Bryn Cunningham
- Born: Bryn Cunningham 30 March 1978 (age 48) Bangor, Northern Ireland
- Height: 1.83 m (6 ft 0 in)
- Weight: 90 kg (14 st)
- School: Bangor Grammar School
- University: Trinity College Dublin

Rugby union career
- Position: Fullback

Amateur team(s)
- Years: Team / Apps / (Points)
- TCD
- –: Bective Rangers
- –: Dungannon

Senior career
- Years: Team / Apps / (Points)
- 1997-2010: Ulster / 150 / (113)
- Correct as of 6 September 2009

International career
- Years: Team / Apps / (Points)
- 2003–06: Ireland A / 5 / (0)

= Bryn Cunningham =

Northern Irish rugby union player

Bryn Cunningham (born 30 March 1978) is an Irish rugby union administrator and former player. He played fullback for Ulster, making 150 appearances between 1997 and 2010, and was the team's Player of the Year in 2002–2003. Since 2014 he has been responsible for player recruitment at Ulster, initially as Team Manager, later as Operations Director.

Cunningham grew up in Bangor, County Down, where he played soccer, golf, cricket, squash and hockey, and aspired to be a professional tennis player. He played rugby at Bangor Grammar School, and represented Ireland at schools level on an unbeaten tour of Australia in 1996. His rugby career continued at Trinity College Dublin, where he studied economics, and Dublin club Bective Rangers.

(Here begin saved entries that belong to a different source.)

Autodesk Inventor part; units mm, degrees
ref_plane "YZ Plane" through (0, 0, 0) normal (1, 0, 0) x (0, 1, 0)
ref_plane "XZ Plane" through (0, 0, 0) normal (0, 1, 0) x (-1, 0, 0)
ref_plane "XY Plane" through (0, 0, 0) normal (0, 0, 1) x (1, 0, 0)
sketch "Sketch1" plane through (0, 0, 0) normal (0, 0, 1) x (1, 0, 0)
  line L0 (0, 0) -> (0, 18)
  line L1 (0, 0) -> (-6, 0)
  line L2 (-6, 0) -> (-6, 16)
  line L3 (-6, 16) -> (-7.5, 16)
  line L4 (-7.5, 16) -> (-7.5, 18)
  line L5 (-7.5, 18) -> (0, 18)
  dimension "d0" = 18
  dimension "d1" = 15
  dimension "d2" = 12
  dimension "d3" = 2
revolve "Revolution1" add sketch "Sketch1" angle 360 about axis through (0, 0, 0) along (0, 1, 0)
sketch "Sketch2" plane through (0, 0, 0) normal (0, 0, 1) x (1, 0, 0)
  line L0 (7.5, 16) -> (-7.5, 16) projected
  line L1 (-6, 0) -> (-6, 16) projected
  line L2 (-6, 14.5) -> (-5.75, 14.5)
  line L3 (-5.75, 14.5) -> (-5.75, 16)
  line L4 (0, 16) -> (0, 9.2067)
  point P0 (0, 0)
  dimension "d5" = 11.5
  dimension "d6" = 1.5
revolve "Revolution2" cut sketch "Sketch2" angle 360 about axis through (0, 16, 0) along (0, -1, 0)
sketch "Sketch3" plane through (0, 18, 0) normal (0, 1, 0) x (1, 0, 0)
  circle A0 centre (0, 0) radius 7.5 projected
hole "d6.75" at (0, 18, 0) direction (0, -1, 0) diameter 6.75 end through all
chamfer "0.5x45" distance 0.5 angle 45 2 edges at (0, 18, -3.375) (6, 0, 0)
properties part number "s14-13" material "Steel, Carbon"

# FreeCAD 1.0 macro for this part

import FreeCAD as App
import Part
import Sketcher


def edges_at(feature, points):
    """Names of the edges that pass closest to the given points."""
    edges = feature.Shape.Edges
    near = lambda p: min(range(len(edges)), key=lambda i: edges[i].distToShape(Part.Vertex(*p))[0])
    return sorted({f"Edge{near(p) + 1}" for p in points})

doc = App.newDocument("Part")
body = doc.addObject("PartDesign::Body", "Body")

sketch1 = doc.addObject("Sketcher::SketchObject", "Sketch")
body.addObject(sketch1)
sketch1.AttachmentSupport = (doc.XY_Plane, [""])
sketch1.MapMode = "FlatFace"
sketch1.addGeometry([
    Part.LineSegment(App.Vector(-6, 0, 0), App.Vector(0, 0, 0)),
    Part.LineSegment(App.Vector(0, 0, 0), App.Vector(0, 18, 0)),
    Part.LineSegment(App.Vector(0, 18, 0), App.Vector(-7.5, 18, 0)),
    Part.LineSegment(App.Vector(-7.5, 18, 0), App.Vector(-7.5, 16, 0)),
    Part.LineSegment(App.Vector(-7.5, 16, 0), App.Vector(-6, 16, 0)),
    Part.LineSegment(App.Vector(-6, 16, 0), App.Vector(-6, 0, 0)),
], False)
sketch1.addConstraint([
    Sketcher.Constraint("Coincident", 0, 2, 1, 1),
    Sketcher.Constraint("Coincident", 1, 2, 2, 1),
    Sketcher.Constraint("Coincident", 2, 2, 3, 1),
    Sketcher.Constraint("Coincident", 3, 2, 4, 1),
    Sketcher.Constraint("Coincident", 4, 2, 5, 1),
    Sketcher.Constraint("Coincident", 5, 2, 0, 1),
    Sketcher.Constraint("Horizontal", 0),
    Sketcher.Constraint("Vertical", 1),
    Sketcher.Constraint("Horizontal", 2),
    Sketcher.Constraint("Vertical", 3),
    Sketcher.Constraint("Horizontal", 4),
    Sketcher.Constraint("Vertical", 5),
    Sketcher.Constraint("Coincident", 0, 2, -1, 1),
    Sketcher.Constraint("DistanceY", 1, 1, 1, 2, 18.0),
    Sketcher.Constraint("DistanceY", 3, 2, 3, 1, 2.0),
    Sketcher.Constraint("DistanceX", 0, 1, 0, 2, 6.0),
    Sketcher.Constraint("DistanceX", 2, 2, 2, 1, 7.5),
])
revolution = doc.addObject("PartDesign::Revolution", "Revolution")
body.addObject(revolution)
revolution.Profile = sketch1
revolution.ReferenceAxis = (sketch1, ["V_Axis"])
revolution.Angle = 360

sketch2 = doc.addObject("Sketcher::SketchObject", "Sketch001")
body.addObject(sketch2)
sketch2.AttachmentSupport = (doc.XY_Plane, [""])
sketch2.MapMode = "FlatFace"
sketch2.addGeometry([
    Part.LineSegment(App.Vector(-5.75, 14.5, 0), App.Vector(-5.75, 16, 0)),
    Part.LineSegment(App.Vector(-5.75, 16, 0), App.Vector(-6, 16, 0)),
    Part.LineSegment(App.Vector(-6, 16, 0), App.Vector(-6, 14.5, 0)),
    Part.LineSegment(App.Vector(-6, 14.5, 0), App.Vector(-5.75, 14.5, 0)),
], False)
sketch2.addConstraint([
    Sketcher.Constraint("Coincident", 0, 2, 1, 1),
    Sketcher.Constraint("Coincident", 1, 2, 2, 1),
    Sketcher.Constraint("Coincident", 2, 2, 3, 1),
    Sketcher.Constraint("Coincident", 3, 2, 0, 1),
    Sketcher.Constraint("Vertical", 0),
    Sketcher.Constraint("Horizontal", 1),
    Sketcher.Constraint("Vertical", 2),
    Sketcher.Constraint("Horizontal", 3),
    Sketcher.Constraint("DistanceY", 0, 1, 0, 2, 1.5),
    Sketcher.Constraint("DistanceY", -1, 1, 0, 2, 16.0),
    Sketcher.Constraint("DistanceX", 1, 2, -1, 1, 6.0),
    Sketcher.Constraint("DistanceX", 1, 2, 1, 1, 0.25),
])
groove = doc.addObject("PartDesign::Groove", "Groove")
body.addObject(groove)
groove.Profile = sketch2
groove.ReferenceAxis = (sketch2, ["V_Axis"])
groove.Angle = 360

sketch3 = doc.addObject("Sketcher::SketchObject", "Sketch002")
body.addObject(sketch3)
sketch3.AttachmentSupport = (doc.XZ_Plane, [""])
sketch3.MapMode = "FlatFace"
sketch3.AttachmentOffset = App.Placement(App.Vector(0, 0, -18), App.Rotation())
sketch3.addGeometry(Part.Circle(App.Vector(0, 0, 0), App.Vector(0, 0, 1), 3.4), False)
sketch3.addConstraint([
    Sketcher.Constraint("Coincident", 0, 3, -1, 1),
    Sketcher.Constraint("Diameter", 0, 6.75),
])
doc.recompute()
hole = doc.addObject("PartDesign::Hole", "Hole")
body.addObject(hole)
hole.Profile = sketch3
hole.ThreadType = "None"
hole.Diameter = 6.75
hole.DepthType = "ThroughAll"
hole.Reversed = True
doc.recompute()

chamfer = doc.addObject("PartDesign::Chamfer", "Chamfer")
body.addObject(chamfer)
chamfer.Base = (hole, edges_at(hole, [(0, 18, -3.375), (6, 0, 0)]))
chamfer.Size = 0.5

doc.recompute()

He made his debut for Ulster against Wasps in 1997, aged 19. Alongside his brother Jan, he was part of the team that won the 1998–99 Heineken Cup, and was an unused substitute in the final. He missed four months of college to be part of the campaign, later catching up from fellow-students' notes. He completed his studies, but failed to get a contract with Ulster and joined Dungannon RFC. After Dungannon won the All-Ireland League in 2001, he signed a full-time contract with Ulster. He was Ulster's Player of the Year in 2002–03. He was part of the team that won the 2003–04 Celtic Cup and the 2005–06 Celtic League. He retired after a series of injuries in October 2010 as the last remaining player from the 1999 Heineken Cup-winning team, having made 150 appearances for the province.

After retiring as a player, Cunningham worked as a players' agent, first with Cornerflag, then with Esportif International. and presented BBC Northern Ireland's rugby coverage. In 2014 he was appointed Ulster's Team Manager, responsible for player recruitment and contract negotiations. The following season, he was upgraded to Operations Director. He left his position of General Manager in October 2025, succeeded by Rory Best he has now been appointed as the new General Manager at Bath.